Point 15. Église et Chrétienté

Il y a une grande différence et une opposition mortelle entre l’Église et le monde rebelle à l’Évangile, soumis au « Prince de ce monde », Satan, ce monde qui n’est encore ni conquis par l’amour, ni vaincu par la puissance de son Seigneur et Roi eschatologique, Jésus-Christ. Mais que serait l’Église si elle n’était pas implantée dans le monde ? si elle ne devait pas l’être ? si elle n’était qu’une communauté spirituelle, un pur lien religieux sans aucun support matériel, sans institution sociale ? Il est normal, et il faut, et elle en a reçu l’ordre de Jésus-Christ, que l’Église assume toutes les réalités de la vie terrestre, des familles, des peuples, des royaumes.

Le monde évangélique, libéré de la tutelle de Satan et tout entier régi par la loi du Christ, est la Chrétienté.

1. Le phalangiste refuse la désincarnation, le désengagement de l’Église. Pour lui Église et Chrétienté règnent sur la même terre, les mêmes cités, les mêmes peuples, ici considérés dans leurs communautés, nécessités et traditions, activités et buts temporels, là dans leurs organisations, leur vie, leur destinée religieuses. Sans l’Église, comme il arrive aujourd’hui où elle est cruellement abandonnée par elle, la Chrétienté ne peut longtemps se maintenir dans son ordre, sa vertu, sa beauté, faute de ce qui lui donnait une âme, un élan, une armature surnaturels. Sans la Chrétienté, comme il arrive en temps de persécution et, aujourd’hui, de libéralisme et d’anarchie, l’Église est malade, et malgré des miracles d’héroïsme constant, exposée à la consomption et à la mort.

2. Le phalangiste se gardera de vouloir un monde chrétien sans soumission ni dévouement envers l’Église qui en est l’inspiratrice, la nourricière et même la régente indispensable. Il se gardera aussi bien de rêver d’une Église toute spirituelle, “informelle”, sans aucune communication, sans concorde ni concordat avec la société temporelle, ses autorités, ses lois, exposant par de telles chimères l’une et l’autre société à la ruine.

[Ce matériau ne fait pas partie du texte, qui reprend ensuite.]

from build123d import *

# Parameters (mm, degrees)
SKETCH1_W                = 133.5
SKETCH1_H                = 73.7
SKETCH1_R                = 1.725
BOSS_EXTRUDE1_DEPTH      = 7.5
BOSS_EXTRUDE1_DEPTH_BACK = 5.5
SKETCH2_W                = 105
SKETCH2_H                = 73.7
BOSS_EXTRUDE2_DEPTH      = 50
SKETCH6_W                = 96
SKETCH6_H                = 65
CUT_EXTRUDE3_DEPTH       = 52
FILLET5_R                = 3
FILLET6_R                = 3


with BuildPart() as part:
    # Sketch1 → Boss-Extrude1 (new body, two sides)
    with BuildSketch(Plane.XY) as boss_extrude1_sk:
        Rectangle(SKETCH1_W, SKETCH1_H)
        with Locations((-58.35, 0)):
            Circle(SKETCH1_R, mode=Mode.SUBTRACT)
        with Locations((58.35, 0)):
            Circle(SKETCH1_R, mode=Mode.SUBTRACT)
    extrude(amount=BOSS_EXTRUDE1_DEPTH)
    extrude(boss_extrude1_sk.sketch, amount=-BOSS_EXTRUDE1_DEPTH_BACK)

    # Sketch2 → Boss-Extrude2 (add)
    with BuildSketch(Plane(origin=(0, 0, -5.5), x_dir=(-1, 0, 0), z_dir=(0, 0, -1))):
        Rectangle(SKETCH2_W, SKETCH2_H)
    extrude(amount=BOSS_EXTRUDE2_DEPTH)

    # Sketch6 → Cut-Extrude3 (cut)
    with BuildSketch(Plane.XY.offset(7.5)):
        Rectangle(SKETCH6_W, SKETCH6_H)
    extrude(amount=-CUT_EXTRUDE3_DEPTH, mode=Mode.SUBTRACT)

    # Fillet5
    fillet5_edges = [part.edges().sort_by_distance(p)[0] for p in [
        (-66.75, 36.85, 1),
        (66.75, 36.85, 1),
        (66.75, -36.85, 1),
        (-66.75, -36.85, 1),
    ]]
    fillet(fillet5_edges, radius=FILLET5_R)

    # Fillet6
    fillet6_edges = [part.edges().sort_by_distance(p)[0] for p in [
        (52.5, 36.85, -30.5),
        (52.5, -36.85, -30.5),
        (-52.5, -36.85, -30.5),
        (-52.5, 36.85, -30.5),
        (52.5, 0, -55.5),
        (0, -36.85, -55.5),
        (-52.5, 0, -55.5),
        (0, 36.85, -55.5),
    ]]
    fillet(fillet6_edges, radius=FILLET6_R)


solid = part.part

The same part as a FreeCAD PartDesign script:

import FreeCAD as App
import Part
import Sketcher

V = App.Vector


def edges_at(feature, points):
    """Names of the edges that pass closest to the given points."""
    edges = feature.Shape.Edges
    near = lambda p: min(range(len(edges)), key=lambda i: edges[i].distToShape(Part.Vertex(*p))[0])
    return sorted({f"Edge{near(p) + 1}" for p in points})

doc = App.newDocument("Part")
params = doc.addObject("Spreadsheet::Sheet", "Params")
for row, (alias, value) in enumerate([
    ("sketch1_diameter", "3.45 mm"),
    ("sketch1_width", "133.5 mm"),
    ("sketch1_height", "73.7 mm"),
    ("pad1_length", "7.5 mm"),
    ("pad1_length2", "5.5 mm"),
    ("sketch2_width", "105 mm"),
    ("sketch2_height", "73.7 mm"),
    ("pad2_length", "50 mm"),
    ("sketch3_width", "96 mm"),
    ("sketch3_height", "65 mm"),
    ("pocket1_length", "52 mm"),
    ("fillet_radius", "3 mm"),
    ("fillet2_radius", "3 mm"),
], start=1):
    params.set(f"A{row}", alias)
    params.set(f"B{row}", "=" + value)
    params.setAlias(f"B{row}", alias)

body = doc.addObject("PartDesign::Body", "Body")

# Sketch on XY plane
sketch1 = body.newObject("Sketcher::SketchObject", "Sketch")
sketch1.AttachmentSupport = (doc.getObject("XY_Plane"), [""])
sketch1.MapMode = "FlatFace"
sketch1.addGeometry(Part.LineSegment(V(-66.75, 36.85, 0), V(-66.75, -36.85, 0)), False)
sketch1.addGeometry(Part.LineSegment(V(-66.75, -36.85, 0), V(66.75, -36.85, 0)), False)
sketch1.addGeometry(Part.LineSegment(V(66.75, -36.85, 0), V(66.75, 36.85, 0)), False)
sketch1.addGeometry(Part.LineSegment(V(66.75, 36.85, 0), V(-66.75, 36.85, 0)), False)
sketch1.addGeometry(Part.Circle(V(-58.35, 0, 0), V(0, 0, 1), 1.725), False)
sketch1.addGeometry(Part.Circle(V(58.35, 0, 0), V(0, 0, 1), 1.725), False)
sketch1.addConstraint(Sketcher.Constraint("Coincident", 0, 2, 1, 1))
sketch1.addConstraint(Sketcher.Constraint("Coincident", 1, 2, 2, 1))
sketch1.addConstraint(Sketcher.Constraint("Coincident", 2, 2, 3, 1))
sketch1.addConstraint(Sketcher.Constraint("Coincident", 3, 2, 0, 1))
sketch1.addConstraint(Sketcher.Constraint("Vertical", 0))
sketch1.addConstraint(Sketcher.Constraint("Horizontal", 1))
sketch1.addConstraint(Sketcher.Constraint("Vertical", 2))
sketch1.addConstraint(Sketcher.Constraint("Horizontal", 3))
sketch1.addConstraint(Sketcher.Constraint("Equal", 4, 5))
sketch1.addConstraint(Sketcher.Constraint("Symmetric", 4, 3, 5, 3, -1, 1))
sketch1.addConstraint(Sketcher.Constraint("Symmetric", 0, 2, 2, 2, -1, 1))
sketch1.addConstraint(Sketcher.Constraint("PointOnObject", 4, 3, -1))
sketch1.addConstraint(Sketcher.Constraint("Diameter", 4, 3.45))
sketch1.addConstraint(Sketcher.Constraint("DistanceX", 1, 1, 1, 2, 133.5))
sketch1.addConstraint(Sketcher.Constraint("DistanceY", 0, 2, 0, 1, 73.7))
sketch1.addConstraint(Sketcher.Constraint("DistanceX", 4, 3, 5, 3, 116.7))
sketch1.setExpression("Constraints[12]", "Params.sketch1_diameter")
sketch1.setExpression("Constraints[13]", "Params.sketch1_width")
sketch1.setExpression("Constraints[14]", "Params.sketch1_height")
pad1 = body.newObject("PartDesign::Pad", "Pad")
pad1.Profile = sketch1
pad1.Type = "TwoLengths"
pad1.setExpression("Length", "Params.pad1_length")
pad1.setExpression("Length2", "Params.pad1_length2")

# Sketch on XY plane
sketch2 = body.newObject("Sketcher::SketchObject", "Sketch001")
sketch2.AttachmentSupport = (doc.getObject("XY_Plane"), [""])
sketch2.MapMode = "FlatFace"
sketch2.AttachmentOffset = App.Placement(V(0, 0, -5.5), App.Rotation())
sketch2.addGeometry(Part.LineSegment(V(52.5, 36.85, 0), V(52.5, -36.85, 0)), False)
sketch2.addGeometry(Part.LineSegment(V(52.5, -36.85, 0), V(-52.5, -36.85, 0)), False)
sketch2.addGeometry(Part.LineSegment(V(-52.5, -36.85, 0), V(-52.5, 36.85, 0)), False)
sketch2.addGeometry(Part.LineSegment(V(-52.5, 36.85, 0), V(52.5, 36.85, 0)), False)
sketch2.addConstraint(Sketcher.Constraint("Coincident", 0, 2, 1, 1))
sketch2.addConstraint(Sketcher.Constraint("Coincident", 1, 2, 2, 1))
sketch2.addConstraint(Sketcher.Constraint("Coincident", 2, 2, 3, 1))
sketch2.addConstraint(Sketcher.Constraint("Coincident", 3, 2, 0, 1))
sketch2.addConstraint(Sketcher.Constraint("Vertical", 0))
sketch2.addConstraint(Sketcher.Constraint("Horizontal", 1))
sketch2.addConstraint(Sketcher.Constraint("Vertical", 2))
sketch2.addConstraint(Sketcher.Constraint("Horizontal", 3))
sketch2.addConstraint(Sketcher.Constraint("Symmetric", 0, 2, 2, 2, -1, 1))
sketch2.addConstraint(Sketcher.Constraint("DistanceX", 1, 2, 1, 1, 105.0))
sketch2.addConstraint(Sketcher.Constraint("DistanceY", 0, 2, 0, 1, 73.7))
sketch2.setExpression("Constraints[9]", "Params.sketch2_width")
sketch2.setExpression("Constraints[10]", "Params.sketch2_height")
pad2 = body.newObject("PartDesign::Pad", "Pad001")
pad2.Profile = sketch2
pad2.setExpression("Length", "Params.pad2_length")
pad2.Reversed = True

# Sketch on XY plane
sketch3 = body.newObject("Sketcher::SketchObject", "Sketch002")
sketch3.AttachmentSupport = (doc.getObject("XY_Plane"), [""])
sketch3.MapMode = "FlatFace"
sketch3.AttachmentOffset = App.Placement(V(0, 0, 7.5), App.Rotation())
sketch3.addGeometry(Part.LineSegment(V(-48, 32.5, 0), V(-48, -32.5, 0)), False)
sketch3.addGeometry(Part.LineSegment(V(-48, -32.5, 0), V(48, -32.5, 0)), False)
sketch3.addGeometry(Part.LineSegment(V(48, -32.5, 0), V(48, 32.5, 0)), False)
sketch3.addGeometry(Part.LineSegment(V(48, 32.5, 0), V(-48, 32.5, 0)), False)
sketch3.addConstraint(Sketcher.Constraint("Coincident", 0, 2, 1, 1))
sketch3.addConstraint(Sketcher.Constraint("Coincident", 1, 2, 2, 1))
sketch3.addConstraint(Sketcher.Constraint("Coincident", 2, 2, 3, 1))
sketch3.addConstraint(Sketcher.Constraint("Coincident", 3, 2, 0, 1))
sketch3.addConstraint(Sketcher.Constraint("Vertical", 0))
sketch3.addConstraint(Sketcher.Constraint("Horizontal", 1))
sketch3.addConstraint(Sketcher.Constraint("Vertical", 2))
sketch3.addConstraint(Sketcher.Constraint("Horizontal", 3))
sketch3.addConstraint(Sketcher.Constraint("Symmetric", 0, 2, 2, 2, -1, 1))
sketch3.addConstraint(Sketcher.Constraint("DistanceX", 1, 1, 1, 2, 96.0))
sketch3.addConstraint(Sketcher.Constraint("DistanceY", 0, 2, 0, 1, 65.0))
sketch3.setExpression("Constraints[9]", "Params.sketch3_width")
sketch3.setExpression("Constraints[10]", "Params.sketch3_height")
pocket1 = body.newObject("PartDesign::Pocket", "Pocket")
pocket1.Profile = sketch3
pocket1.setExpression("Length", "Params.pocket1_length")
doc.recompute()

fillet = body.newObject("PartDesign::Fillet", "Fillet")
fillet.Base = (pocket1, edges_at(pocket1, [
    (-66.75, 36.85, 1),
    (66.75, 36.85, 1),
    (66.75, -36.85, 1),
    (-66.75, -36.85, 1),
]))
fillet.setExpression("Radius", "Params.fillet_radius")
doc.recompute()

fillet2 = body.newObject("PartDesign::Fillet", "Fillet001")
fillet2.Base = (fillet, edges_at(fillet, [
    (52.5, 36.85, -30.5),
    (52.5, -36.85, -30.5),
    (-52.5, -36.85, -30.5),
    (-52.5, 36.85, -30.5),
    (52.5, 0, -55.5),
    (0, -36.85, -55.5),
    (-52.5, 0, -55.5),
    (0, 36.85, -55.5),
]))
fillet2.setExpression("Radius", "Params.fillet2_radius")

doc.recompute()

« L’Église, c’est Jésus-Christ répandu et communiqué » (Bossuet). Elle est donc, à toutes les époques, la réalisation de ce que Dieu, dans sa prescience et sa prédestination, a fixé selon le dessein mystérieux de sa sagesse. Dès sa fondation et jusqu’à nos jours, dans ses hauts et ses bas, dans les mérites et les crimes de ses membres, saints ou pécheurs, elle a été en définitive ce que Dieu voulait. Au-delà de sa « volonté signifiée » qui est la norme idéale, révélée par ses commandements, elle a été ce qu’avait de tout temps décrété sa « volonté de bon plaisir », révélée par le cours même des événements. Elle est la manifestation de la gloire du Christ dans le monde.

3. Le phalangiste garde un attachement raisonné et fort à la Chrétienté, à son concept, à sa gloire passée, à sa réalité présente, à son projet plénier et universel. Il ne supporte pas les critiques perfides qui lui sont faites : d’être un ghetto, fermé, jaloux de ses biens spirituels et temporels. Il sait que la Chrétienté qu’il aime n’a de légitimité, de vie, d’avenir, que par la sève mystérieuse de la grâce divine dont l’Église catholique romaine est seule dispensatrice : Église de l’ordre, certes ! Mais elle ne saurait être l’inspiratrice et l’animatrice de tout l’ordre humain si elle cessait d’être avant tout l’Église de la grâce, l’Église du salut éternel dont le cœur est ailleurs et loin au-dessus des choses de ce monde, au Ciel où est son époux Jésus-Christ et dans le Cœur Immaculé de Marie où elle ne cesse d’élever et de conduire ses enfants.

En conséquence, le phalangiste éprouve un amour de vénération, un attachement jaloux pour les siècles passés de l’Église et de la Chrétienté, où il voit, à l’encontre de toutes les frénésies révolutionnaires et réformistes, l’œuvre même de Dieu, modelée par ses « deux mains infatigables », le Christ et l’Esprit, l’un et l’autre Paraclets. Et il conçoit l’avenir comme le développement de cette religion et de cette civilisation séculaires, non seulement marquées de l’empreinte des ancêtres, si sages, si saints, mais de celle de Dieu même.